While they accept some cultivation will remain inevitable at Salford Lodge for the foreseeable future, in no way does this lessen their enthusiasm for cover crops.
Cover crop mix
From a simple combination of mustard, black oats and tillage radish, they are currently trying a 12-way mix based on vetch, sunflower and black oats with four species of clover, fodder and tillage radish, buckwheat and phacelia on the heavy ground ahead of linseed, and on the light ground ahead of maize.
In addition to widening the diversity of rooting and biology, they see this as the best insurance against changing conditions, knowing that some elements of the mix will always establish well but they are likely to be different ones in different seasons.
We match our covers very much to the time of sowing as well as the following crop.
Early harvested vegetables give the best opportunity for them to work ahead of either autumn-sown cereals or maize in spring, so we tend to use more complex mixes here.
Even after vegetable crops coming off as late as October, though, we think its important to get something in generally something simpler and cheaper at a higher seed rate.
This is more to protect the ground from rain impact than to do much good structurally,says Ms Styan.
Sustainable
With the challenge of making the 70ha of maize they grow annually for a local AD plant more sustainable, the Salford Lodge team tried establishing a crop into a more permanent clover mix last season.
They set up the ground with the LD topsoiler, applied compost then matched the drill to the LDs leg spacing with GPS and blocked-off coulters.
Not having a precision drill, however, made for very uneven sowing, leading to much poorer yields than the 40t/ha they generally harvest.
Serious weed problems which had to be sprayed off also meant the clover was lost.
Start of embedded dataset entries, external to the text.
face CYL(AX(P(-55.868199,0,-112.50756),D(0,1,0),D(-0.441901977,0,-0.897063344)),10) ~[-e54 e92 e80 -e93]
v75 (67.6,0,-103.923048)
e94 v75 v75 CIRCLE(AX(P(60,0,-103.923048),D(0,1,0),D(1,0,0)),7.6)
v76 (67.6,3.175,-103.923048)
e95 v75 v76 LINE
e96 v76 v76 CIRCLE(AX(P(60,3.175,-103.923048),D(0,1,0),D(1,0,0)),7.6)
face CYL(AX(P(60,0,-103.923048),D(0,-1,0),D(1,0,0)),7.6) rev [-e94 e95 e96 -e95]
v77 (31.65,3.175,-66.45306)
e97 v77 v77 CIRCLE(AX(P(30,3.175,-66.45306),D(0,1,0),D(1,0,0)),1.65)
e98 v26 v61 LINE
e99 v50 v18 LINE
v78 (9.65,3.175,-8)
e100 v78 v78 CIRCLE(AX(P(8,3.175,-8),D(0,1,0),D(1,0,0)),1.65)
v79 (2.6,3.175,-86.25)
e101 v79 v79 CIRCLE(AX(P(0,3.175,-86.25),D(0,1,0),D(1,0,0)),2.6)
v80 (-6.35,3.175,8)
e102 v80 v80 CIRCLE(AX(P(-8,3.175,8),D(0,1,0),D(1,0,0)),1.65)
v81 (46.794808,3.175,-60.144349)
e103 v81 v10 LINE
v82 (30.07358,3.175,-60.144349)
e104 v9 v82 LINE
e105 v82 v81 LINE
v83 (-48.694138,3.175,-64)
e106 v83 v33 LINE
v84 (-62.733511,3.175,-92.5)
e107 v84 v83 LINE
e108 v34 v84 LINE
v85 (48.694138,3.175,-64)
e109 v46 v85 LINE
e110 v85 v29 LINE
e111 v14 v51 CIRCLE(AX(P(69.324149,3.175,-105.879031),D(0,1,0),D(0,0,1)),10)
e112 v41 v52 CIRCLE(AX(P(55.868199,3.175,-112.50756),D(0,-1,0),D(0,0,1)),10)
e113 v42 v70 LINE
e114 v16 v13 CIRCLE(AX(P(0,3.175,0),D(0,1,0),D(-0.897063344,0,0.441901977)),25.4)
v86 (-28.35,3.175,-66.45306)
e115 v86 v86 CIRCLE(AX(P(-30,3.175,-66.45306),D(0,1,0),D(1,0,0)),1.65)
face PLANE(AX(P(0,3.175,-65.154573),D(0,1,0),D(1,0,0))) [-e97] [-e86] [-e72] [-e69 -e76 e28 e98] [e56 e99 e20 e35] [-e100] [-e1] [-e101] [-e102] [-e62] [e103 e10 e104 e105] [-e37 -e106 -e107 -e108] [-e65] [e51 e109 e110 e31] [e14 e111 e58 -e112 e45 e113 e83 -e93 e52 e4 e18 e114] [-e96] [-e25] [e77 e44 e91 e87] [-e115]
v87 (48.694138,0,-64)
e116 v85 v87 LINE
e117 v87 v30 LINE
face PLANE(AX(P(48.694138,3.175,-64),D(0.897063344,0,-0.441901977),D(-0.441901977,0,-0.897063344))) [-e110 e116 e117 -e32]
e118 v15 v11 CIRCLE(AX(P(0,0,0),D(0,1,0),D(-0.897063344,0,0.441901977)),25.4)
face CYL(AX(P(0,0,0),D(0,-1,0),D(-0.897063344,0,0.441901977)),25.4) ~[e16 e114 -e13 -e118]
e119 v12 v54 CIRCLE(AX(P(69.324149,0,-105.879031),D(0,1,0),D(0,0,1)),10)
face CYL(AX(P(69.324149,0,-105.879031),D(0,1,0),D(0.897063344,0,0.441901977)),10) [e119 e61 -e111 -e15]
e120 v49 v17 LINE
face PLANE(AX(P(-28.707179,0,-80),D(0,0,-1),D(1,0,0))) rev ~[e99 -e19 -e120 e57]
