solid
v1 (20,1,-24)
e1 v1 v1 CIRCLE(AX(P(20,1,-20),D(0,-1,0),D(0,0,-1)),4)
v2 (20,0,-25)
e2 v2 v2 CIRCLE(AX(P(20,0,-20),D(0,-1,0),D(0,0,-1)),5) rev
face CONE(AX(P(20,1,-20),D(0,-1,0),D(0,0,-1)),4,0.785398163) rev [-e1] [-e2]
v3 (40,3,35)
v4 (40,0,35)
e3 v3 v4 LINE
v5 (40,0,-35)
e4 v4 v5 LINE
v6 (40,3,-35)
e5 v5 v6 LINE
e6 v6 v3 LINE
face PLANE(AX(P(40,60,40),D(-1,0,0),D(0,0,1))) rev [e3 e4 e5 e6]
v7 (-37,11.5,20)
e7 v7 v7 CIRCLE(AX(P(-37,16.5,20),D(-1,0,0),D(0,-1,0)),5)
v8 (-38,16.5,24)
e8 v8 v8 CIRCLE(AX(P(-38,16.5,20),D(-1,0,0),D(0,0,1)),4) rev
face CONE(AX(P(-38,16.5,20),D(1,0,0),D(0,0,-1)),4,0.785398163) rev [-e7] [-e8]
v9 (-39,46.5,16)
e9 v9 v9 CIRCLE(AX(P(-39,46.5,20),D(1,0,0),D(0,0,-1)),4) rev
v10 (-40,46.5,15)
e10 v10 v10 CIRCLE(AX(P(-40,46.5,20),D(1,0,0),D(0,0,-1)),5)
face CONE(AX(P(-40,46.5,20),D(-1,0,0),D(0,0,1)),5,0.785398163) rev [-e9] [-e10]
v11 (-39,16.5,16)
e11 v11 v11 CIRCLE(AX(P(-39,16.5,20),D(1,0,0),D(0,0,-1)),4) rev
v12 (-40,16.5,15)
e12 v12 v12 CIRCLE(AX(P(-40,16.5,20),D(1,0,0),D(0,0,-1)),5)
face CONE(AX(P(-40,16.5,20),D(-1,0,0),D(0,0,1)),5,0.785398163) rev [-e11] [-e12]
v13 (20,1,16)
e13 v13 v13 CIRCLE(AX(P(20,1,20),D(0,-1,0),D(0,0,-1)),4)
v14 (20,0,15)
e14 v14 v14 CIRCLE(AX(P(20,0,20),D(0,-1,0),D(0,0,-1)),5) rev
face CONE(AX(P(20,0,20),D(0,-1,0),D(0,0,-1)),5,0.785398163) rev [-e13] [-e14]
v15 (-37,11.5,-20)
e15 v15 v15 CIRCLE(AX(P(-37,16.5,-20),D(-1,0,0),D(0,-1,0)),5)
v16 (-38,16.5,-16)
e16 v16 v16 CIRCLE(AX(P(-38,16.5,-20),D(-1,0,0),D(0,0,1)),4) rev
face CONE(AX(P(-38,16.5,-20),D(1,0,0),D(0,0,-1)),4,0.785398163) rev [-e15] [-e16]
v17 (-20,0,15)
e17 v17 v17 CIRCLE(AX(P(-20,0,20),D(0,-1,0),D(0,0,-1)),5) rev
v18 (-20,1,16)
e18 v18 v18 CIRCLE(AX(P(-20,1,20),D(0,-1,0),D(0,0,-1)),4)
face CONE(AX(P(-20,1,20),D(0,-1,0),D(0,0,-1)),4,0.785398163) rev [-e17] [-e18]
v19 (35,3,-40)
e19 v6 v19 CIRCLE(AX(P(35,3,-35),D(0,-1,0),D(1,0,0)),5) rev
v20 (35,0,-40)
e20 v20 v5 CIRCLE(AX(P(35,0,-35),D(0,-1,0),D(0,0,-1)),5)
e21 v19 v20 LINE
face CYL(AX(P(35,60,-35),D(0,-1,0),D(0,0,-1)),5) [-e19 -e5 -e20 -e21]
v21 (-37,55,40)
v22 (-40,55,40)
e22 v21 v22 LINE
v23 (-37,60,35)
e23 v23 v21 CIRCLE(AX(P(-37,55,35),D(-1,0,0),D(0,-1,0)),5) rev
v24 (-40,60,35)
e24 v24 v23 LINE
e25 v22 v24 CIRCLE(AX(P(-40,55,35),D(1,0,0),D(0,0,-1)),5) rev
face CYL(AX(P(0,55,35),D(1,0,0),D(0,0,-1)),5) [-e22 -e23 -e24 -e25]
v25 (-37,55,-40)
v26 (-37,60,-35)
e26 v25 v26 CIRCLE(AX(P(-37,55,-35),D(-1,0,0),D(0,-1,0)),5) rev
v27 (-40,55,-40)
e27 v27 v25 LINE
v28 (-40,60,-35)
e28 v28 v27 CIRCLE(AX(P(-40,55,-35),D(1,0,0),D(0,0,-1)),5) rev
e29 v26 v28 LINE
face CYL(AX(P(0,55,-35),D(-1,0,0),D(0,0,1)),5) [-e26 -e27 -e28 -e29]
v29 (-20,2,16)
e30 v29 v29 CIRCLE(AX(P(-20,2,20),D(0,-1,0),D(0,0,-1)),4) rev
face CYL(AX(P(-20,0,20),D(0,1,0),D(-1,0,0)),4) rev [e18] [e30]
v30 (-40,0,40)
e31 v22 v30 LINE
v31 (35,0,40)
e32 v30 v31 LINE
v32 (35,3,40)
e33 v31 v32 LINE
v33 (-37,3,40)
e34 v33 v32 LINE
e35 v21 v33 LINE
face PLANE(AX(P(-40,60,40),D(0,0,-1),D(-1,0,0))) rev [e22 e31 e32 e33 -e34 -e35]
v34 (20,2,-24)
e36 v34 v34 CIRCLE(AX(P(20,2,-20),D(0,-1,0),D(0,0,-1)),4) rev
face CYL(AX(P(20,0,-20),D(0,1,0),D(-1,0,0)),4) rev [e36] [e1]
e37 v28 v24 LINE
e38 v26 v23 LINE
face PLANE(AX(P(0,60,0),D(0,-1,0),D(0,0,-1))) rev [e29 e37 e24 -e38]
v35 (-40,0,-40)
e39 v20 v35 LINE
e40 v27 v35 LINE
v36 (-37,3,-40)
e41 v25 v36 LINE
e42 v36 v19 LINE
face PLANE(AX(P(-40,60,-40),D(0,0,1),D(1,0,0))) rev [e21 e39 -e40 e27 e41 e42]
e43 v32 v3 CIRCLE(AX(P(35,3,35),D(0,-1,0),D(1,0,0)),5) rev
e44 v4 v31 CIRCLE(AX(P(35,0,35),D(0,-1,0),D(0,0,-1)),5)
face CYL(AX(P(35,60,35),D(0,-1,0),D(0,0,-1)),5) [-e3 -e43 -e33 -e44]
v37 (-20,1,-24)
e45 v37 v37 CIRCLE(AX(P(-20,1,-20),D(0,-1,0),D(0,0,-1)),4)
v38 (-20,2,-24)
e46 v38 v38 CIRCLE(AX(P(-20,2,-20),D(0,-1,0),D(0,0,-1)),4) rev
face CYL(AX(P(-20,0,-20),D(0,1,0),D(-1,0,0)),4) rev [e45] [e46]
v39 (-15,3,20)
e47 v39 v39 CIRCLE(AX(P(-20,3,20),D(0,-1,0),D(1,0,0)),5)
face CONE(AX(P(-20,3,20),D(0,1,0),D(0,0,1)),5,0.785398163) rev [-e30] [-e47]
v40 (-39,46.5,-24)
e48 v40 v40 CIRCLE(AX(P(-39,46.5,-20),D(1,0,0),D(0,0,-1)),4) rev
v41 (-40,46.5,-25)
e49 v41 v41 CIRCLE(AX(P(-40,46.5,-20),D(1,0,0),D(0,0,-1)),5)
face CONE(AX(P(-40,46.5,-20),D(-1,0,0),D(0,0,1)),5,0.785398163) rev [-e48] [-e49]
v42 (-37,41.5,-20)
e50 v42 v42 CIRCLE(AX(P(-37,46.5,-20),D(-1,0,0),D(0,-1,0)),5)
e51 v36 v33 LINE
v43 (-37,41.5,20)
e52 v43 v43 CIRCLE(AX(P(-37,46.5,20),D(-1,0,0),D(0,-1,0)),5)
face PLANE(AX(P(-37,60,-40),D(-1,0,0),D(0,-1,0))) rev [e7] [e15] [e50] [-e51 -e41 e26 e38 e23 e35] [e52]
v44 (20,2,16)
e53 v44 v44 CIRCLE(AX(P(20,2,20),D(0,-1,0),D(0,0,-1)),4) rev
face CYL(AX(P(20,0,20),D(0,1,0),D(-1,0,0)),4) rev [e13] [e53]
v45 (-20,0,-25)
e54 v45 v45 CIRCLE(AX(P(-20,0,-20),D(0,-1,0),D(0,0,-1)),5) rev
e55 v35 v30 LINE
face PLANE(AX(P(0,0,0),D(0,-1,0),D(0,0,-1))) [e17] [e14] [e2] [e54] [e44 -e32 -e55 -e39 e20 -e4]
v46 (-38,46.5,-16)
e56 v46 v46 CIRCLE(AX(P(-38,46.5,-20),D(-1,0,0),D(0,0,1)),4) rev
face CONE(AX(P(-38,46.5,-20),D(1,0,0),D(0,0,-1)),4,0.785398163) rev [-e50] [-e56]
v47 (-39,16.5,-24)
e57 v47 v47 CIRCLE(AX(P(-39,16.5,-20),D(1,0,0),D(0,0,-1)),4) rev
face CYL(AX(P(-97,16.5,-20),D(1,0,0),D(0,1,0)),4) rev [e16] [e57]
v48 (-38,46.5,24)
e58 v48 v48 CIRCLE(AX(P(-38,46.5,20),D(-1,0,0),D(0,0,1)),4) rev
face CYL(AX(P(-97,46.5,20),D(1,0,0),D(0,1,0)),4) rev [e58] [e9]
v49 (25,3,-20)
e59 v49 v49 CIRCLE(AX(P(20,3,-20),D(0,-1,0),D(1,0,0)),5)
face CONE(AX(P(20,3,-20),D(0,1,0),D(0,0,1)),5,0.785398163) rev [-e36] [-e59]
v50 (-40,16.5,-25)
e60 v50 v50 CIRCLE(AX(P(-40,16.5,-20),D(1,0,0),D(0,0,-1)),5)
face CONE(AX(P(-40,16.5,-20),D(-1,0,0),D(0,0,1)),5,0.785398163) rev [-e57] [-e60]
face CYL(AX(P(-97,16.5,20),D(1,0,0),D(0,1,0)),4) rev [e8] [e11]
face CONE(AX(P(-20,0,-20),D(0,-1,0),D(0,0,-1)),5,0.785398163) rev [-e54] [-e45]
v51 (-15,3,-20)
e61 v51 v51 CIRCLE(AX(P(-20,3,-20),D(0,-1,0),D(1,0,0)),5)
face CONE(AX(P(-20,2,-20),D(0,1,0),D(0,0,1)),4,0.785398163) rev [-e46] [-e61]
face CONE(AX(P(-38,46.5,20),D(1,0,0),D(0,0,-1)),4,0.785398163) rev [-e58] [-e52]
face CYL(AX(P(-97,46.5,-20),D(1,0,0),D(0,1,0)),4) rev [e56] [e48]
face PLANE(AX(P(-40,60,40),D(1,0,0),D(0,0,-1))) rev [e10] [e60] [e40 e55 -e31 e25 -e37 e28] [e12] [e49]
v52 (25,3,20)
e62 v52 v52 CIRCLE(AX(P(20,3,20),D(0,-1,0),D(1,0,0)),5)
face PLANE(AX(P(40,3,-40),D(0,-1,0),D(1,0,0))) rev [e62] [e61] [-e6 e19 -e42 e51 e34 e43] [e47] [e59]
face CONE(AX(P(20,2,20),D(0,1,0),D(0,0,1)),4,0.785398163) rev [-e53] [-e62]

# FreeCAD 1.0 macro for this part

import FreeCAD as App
import Part
import Sketcher
from FreeCAD import Vector
Q = App.Units.Quantity


def edges_at(feature, points):
    """Names of the edges that pass closest to the given points."""
    edges = feature.Shape.Edges
    near = lambda p: min(range(len(edges)), key=lambda i: edges[i].distToShape(Part.Vertex(*p))[0])
    return sorted({f"Edge{near(p) + 1}" for p in points})

doc = App.newDocument("Part")
body = doc.addObject("PartDesign::Body", "Body")

# Sketch on XZ plane
sketch1 = body.newObject("Sketcher::SketchObject", "Sketch")
sketch1.AttachmentSupport = (doc.getObject("XZ_Plane"), [""])
sketch1.MapMode = "FlatFace"
sketch1.addGeometry([
    Part.LineSegment(Vector(-40, -40, 0), Vector(-40, 40, 0)),
    Part.LineSegment(Vector(-40, 40, 0), Vector(40, 40, 0)),
    Part.LineSegment(Vector(40, 40, 0), Vector(40, -40, 0)),
    Part.LineSegment(Vector(40, -40, 0), Vector(-40, -40, 0)),
], False)
sketch1.addConstraint([
    Sketcher.Constraint("Coincident", 0, 2, 1, 1),
    Sketcher.Constraint("Coincident", 1, 2, 2, 1),
    Sketcher.Constraint("Coincident", 2, 2, 3, 1),
    Sketcher.Constraint("Coincident", 3, 2, 0, 1),
    Sketcher.Constraint("Vertical", 0),
    Sketcher.Constraint("Horizontal", 1),
    Sketcher.Constraint("Vertical", 2),
    Sketcher.Constraint("Horizontal", 3),
    Sketcher.Constraint("Symmetric", 0, 2, 2, 2, -1, 1),
    Sketcher.Constraint("Equal", 3, 0),
    Sketcher.Constraint("DistanceX", 1, 1, 1, 2, Q("80 mm")),
])
pad1 = body.newObject("PartDesign::Pad", "Pad")
pad1.Profile = sketch1
pad1.Length = 60
pad1.Reversed = True

# Sketch on XY plane
sketch2 = body.newObject("Sketcher::SketchObject", "Sketch001")
sketch2.AttachmentSupport = (doc.getObject("XY_Plane"), [""])
sketch2.MapMode = "FlatFace"
sketch2.AttachmentOffset = App.Placement(Vector(0, 0, 40), App.Rotation())
sketch2.addGeometry([
    Part.LineSegment(Vector(-37, 60, 0), Vector(-37, 3, 0)),
    Part.LineSegment(Vector(-37, 3, 0), Vector(40, 3, 0)),
    Part.LineSegment(Vector(40, 3, 0), Vector(40, 60, 0)),
    Part.LineSegment(Vector(40, 60, 0), Vector(-37, 60, 0)),
], False)
sketch2.addConstraint([
    Sketcher.Constraint("Coincident", 0, 2, 1, 1),
    Sketcher.Constraint("Coincident", 1, 2, 2, 1),
    Sketcher.Constraint("Coincident", 2, 2, 3, 1),
    Sketcher.Constraint("Coincident", 3, 2, 0, 1),
    Sketcher.Constraint("Vertical", 0),
    Sketcher.Constraint("Horizontal", 1),
    Sketcher.Constraint("Vertical", 2),
    Sketcher.Constraint("Horizontal", 3),
    Sketcher.Constraint("DistanceX", 1, 1, 1, 2, Q("77 mm")),
    Sketcher.Constraint("DistanceY", 0, 2, 0, 1, Q("57 mm")),
    Sketcher.Constraint("DistanceX", 0, 2, -1, 1, Q("37 mm")),
    Sketcher.Constraint("DistanceY", -1, 1, 0, 2, Q("3 mm")),
])
pocket1 = body.newObject("PartDesign::Pocket", "Pocket")
pocket1.Profile = sketch2
pocket1.Type = "ThroughAll"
Undeterred by this, the team remain determined to maintain the pace of their sustainability improvement especially as far as maize is concerned and excited by the opportunities they see to do so.
Among their positive experiences on the cereal side, they have been harnessing variable rate seeding to even up field performance; using LiquiSafe liquid fertiliser treatment to eliminate at least one spring pass; better balancing crop nutrition to improve overall nutrient use efficiency; employing biologicals at T0 and T3 to reduce reliance on fungicides; and using yield mapping and Gatekeeper to track their progress.
Mr Hughes says: We are putting lots of little things together in our soil-focused approach to improve what we do in crop production alongside and as closely as we can with all the other environmental and carbon improvements being made by our broader family business.
These include 15ha of short rotation willow coppice and a wood chipping operation; 10 biomass boilers, 23 air source heat pumps, plus a new ground source installation and a 10ha array of solar panels.
Having my brother George so heavily involved at the sharp end of a renewable energy and carbon sequestration business is a great help here, making what we are doing part of a truly integrated family-wide effort, adds Mr Hughes.